Stored data entries
::::
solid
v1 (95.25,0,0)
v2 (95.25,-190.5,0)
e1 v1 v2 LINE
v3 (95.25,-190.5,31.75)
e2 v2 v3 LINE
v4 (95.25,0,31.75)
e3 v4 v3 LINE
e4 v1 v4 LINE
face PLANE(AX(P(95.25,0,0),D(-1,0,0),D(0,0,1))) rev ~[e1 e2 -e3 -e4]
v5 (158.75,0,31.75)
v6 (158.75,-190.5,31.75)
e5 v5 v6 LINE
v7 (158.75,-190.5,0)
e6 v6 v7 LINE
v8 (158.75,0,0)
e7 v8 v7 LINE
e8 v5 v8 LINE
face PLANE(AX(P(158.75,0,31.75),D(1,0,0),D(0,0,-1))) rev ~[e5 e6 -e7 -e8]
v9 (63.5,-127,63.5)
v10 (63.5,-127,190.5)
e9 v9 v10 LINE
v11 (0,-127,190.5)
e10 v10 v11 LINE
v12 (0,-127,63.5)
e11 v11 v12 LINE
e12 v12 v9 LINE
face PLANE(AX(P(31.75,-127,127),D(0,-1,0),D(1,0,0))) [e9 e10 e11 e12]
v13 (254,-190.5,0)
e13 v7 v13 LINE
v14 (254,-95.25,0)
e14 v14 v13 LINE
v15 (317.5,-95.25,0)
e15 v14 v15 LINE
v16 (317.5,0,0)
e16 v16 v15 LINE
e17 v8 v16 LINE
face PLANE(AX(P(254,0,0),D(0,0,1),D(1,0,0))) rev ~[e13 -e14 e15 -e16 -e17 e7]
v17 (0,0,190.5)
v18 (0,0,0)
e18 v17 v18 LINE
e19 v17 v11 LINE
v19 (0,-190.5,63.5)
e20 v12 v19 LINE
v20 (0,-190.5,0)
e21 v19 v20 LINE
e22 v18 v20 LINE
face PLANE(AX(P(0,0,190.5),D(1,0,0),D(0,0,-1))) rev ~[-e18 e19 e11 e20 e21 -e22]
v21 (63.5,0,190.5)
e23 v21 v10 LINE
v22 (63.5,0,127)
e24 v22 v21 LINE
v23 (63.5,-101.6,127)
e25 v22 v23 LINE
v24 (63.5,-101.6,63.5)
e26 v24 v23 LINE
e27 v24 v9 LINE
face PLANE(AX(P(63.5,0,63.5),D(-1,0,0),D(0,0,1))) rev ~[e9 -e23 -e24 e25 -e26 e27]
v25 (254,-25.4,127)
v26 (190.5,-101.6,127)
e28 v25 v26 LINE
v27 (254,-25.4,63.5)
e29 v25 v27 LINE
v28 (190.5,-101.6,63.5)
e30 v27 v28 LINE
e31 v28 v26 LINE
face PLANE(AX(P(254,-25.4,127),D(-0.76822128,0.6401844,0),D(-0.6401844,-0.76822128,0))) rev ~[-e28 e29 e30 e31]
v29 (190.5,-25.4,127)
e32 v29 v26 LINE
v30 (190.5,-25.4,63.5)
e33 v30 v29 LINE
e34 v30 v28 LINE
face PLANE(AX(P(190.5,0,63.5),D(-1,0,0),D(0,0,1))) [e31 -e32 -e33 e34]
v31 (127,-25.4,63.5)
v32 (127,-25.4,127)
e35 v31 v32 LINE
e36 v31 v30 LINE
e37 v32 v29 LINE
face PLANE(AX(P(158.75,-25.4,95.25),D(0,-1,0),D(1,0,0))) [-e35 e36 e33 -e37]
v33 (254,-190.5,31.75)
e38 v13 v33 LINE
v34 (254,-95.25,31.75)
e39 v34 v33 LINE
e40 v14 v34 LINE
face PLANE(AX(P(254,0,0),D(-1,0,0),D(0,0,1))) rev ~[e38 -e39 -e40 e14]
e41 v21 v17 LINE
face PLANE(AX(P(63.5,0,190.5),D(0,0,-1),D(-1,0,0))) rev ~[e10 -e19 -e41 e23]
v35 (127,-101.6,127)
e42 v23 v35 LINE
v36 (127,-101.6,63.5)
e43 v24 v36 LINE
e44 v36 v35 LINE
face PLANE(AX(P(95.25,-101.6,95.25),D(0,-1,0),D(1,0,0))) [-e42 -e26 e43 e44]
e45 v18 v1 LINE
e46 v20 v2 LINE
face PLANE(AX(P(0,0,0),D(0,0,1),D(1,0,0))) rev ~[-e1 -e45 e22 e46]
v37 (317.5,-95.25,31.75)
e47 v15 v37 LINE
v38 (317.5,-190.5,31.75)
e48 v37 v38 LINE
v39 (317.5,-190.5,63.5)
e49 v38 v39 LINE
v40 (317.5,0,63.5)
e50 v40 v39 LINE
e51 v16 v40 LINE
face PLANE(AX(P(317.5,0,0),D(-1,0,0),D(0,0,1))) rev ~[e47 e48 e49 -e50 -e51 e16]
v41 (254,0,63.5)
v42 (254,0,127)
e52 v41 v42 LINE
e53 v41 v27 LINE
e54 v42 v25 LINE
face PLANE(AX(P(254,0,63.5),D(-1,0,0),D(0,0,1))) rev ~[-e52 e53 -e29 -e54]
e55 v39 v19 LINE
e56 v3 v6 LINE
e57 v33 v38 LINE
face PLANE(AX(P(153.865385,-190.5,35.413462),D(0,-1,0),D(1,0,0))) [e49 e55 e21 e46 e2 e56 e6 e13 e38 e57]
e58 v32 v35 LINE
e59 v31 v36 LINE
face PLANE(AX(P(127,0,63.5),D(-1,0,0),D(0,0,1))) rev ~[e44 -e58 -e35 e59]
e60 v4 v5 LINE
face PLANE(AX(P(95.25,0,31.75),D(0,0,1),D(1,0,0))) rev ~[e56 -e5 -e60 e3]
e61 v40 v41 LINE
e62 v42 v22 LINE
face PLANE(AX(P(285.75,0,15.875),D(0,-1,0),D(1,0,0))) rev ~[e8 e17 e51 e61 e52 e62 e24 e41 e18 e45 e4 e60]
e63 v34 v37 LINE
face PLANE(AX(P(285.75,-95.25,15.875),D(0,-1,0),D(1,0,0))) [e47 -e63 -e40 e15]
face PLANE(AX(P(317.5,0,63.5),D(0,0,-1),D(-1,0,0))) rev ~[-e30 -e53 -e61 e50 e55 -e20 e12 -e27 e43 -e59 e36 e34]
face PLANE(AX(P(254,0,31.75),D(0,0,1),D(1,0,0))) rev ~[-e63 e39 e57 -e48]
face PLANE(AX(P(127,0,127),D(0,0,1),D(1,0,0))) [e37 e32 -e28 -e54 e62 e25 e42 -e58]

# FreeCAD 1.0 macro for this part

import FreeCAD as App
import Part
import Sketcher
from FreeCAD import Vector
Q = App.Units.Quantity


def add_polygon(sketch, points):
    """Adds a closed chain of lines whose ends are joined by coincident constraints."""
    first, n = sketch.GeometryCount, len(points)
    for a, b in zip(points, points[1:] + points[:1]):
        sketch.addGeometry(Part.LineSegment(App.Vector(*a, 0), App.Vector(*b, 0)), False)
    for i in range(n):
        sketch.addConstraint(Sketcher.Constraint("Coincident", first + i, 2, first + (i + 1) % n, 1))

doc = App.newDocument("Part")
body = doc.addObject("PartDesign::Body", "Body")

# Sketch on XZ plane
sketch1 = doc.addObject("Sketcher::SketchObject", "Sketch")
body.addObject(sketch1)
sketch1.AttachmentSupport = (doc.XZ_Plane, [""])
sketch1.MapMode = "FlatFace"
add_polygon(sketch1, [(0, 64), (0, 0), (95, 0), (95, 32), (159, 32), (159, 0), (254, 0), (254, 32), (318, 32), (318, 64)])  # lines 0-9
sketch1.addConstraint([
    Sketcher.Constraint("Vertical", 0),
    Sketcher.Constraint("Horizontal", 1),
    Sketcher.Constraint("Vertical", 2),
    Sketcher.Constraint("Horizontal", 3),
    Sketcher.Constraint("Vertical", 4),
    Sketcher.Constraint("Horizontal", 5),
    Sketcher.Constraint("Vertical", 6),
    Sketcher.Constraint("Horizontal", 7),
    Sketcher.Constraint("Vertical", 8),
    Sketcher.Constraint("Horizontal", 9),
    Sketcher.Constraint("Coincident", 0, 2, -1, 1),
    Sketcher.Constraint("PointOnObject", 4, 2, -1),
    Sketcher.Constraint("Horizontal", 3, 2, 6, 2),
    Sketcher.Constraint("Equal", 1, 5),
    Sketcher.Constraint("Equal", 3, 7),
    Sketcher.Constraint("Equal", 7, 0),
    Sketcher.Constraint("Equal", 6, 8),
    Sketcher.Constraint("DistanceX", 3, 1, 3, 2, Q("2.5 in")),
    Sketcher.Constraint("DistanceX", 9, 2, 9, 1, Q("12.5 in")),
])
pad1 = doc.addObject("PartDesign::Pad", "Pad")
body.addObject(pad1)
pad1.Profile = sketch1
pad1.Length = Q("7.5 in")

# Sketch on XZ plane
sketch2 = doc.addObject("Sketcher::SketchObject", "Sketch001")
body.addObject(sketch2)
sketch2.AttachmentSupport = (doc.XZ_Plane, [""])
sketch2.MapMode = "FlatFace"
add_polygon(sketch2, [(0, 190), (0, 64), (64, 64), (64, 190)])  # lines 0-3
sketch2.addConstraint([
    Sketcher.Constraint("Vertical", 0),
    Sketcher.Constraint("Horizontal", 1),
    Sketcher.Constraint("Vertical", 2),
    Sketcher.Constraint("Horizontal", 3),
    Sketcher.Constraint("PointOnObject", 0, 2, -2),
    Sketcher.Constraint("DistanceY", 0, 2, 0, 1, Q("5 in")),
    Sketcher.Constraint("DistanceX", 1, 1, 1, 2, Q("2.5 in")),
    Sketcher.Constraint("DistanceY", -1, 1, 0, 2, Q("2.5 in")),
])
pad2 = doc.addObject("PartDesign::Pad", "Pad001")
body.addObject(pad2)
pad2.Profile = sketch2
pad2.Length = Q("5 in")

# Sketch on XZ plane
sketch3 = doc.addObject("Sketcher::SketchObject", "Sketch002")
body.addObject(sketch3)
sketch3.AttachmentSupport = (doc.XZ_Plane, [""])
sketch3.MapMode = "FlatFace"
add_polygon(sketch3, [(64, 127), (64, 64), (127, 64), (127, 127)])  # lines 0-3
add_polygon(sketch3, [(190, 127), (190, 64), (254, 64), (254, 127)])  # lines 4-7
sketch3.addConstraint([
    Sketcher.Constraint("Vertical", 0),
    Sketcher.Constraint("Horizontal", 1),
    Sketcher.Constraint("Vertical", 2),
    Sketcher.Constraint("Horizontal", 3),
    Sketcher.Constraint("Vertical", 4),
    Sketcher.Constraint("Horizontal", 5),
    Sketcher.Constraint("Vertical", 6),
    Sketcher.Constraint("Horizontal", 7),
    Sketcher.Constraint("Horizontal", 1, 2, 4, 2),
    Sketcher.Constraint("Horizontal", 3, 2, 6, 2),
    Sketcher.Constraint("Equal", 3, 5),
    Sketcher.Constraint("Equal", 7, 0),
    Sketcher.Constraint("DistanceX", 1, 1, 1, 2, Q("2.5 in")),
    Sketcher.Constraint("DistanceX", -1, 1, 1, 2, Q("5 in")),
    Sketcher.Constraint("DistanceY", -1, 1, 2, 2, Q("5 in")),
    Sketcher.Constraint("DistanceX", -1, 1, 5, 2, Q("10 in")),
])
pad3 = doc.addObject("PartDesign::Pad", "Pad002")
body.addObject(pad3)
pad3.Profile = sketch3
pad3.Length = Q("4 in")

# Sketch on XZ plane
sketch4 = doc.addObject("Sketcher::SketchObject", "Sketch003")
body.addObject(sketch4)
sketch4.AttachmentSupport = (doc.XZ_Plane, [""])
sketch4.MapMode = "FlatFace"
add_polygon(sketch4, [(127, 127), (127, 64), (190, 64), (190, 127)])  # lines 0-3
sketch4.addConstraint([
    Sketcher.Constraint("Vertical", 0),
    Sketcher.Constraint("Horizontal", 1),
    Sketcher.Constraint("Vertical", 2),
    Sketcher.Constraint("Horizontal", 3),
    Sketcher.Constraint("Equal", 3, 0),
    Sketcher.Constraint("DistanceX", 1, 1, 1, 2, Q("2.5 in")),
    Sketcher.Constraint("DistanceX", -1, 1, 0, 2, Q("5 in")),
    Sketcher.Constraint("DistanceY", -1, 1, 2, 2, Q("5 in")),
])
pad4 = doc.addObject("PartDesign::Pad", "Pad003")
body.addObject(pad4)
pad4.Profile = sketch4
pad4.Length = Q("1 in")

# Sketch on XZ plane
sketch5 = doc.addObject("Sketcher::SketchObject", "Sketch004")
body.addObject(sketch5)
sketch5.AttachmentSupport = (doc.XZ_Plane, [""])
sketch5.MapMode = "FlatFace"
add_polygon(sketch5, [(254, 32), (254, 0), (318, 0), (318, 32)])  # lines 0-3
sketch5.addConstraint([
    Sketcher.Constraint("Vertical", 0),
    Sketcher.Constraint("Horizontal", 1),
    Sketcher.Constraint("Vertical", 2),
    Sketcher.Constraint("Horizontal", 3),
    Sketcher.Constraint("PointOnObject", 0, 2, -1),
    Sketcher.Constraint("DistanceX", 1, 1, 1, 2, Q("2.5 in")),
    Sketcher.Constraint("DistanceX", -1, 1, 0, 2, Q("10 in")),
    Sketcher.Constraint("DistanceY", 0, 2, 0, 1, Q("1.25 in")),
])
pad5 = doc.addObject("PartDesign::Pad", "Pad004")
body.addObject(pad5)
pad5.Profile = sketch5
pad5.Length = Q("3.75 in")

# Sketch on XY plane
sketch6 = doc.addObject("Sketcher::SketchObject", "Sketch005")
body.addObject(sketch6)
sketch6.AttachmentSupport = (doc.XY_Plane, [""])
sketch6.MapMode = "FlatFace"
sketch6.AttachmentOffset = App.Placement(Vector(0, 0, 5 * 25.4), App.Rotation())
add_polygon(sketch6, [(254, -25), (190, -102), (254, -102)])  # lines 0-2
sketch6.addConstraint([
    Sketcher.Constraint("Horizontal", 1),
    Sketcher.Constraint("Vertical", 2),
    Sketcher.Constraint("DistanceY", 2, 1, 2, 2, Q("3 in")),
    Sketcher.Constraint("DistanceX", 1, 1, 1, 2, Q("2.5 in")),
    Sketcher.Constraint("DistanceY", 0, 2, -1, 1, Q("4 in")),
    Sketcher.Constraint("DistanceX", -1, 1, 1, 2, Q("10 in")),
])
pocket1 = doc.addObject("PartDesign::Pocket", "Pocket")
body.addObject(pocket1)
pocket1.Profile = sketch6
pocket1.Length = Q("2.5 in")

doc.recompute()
::::
**Task statement:** Once the line containing "v8 (158.75,0,0)" has been written out, please stop; every line before it, back to the first line of the records above, should be given exactly.

**Solved exercise:**
solid
v1 (95.25,0,0)
v2 (95.25,-190.5,0)
e1 v1 v2 LINE
v3 (95.25,-190.5,31.75)
e2 v2 v3 LINE
v4 (95.25,0,31.75)
e3 v4 v3 LINE
e4 v1 v4 LINE
face PLANE(AX(P(95.25,0,0),D(-1,0,0),D(0,0,1))) rev ~[e1 e2 -e3 -e4]
v5 (158.75,0,31.75)
v6 (158.75,-190.5,31.75)
e5 v5 v6 LINE
v7 (158.75,-190.5,0)
e6 v6 v7 LINE
v8 (158.75,0,0)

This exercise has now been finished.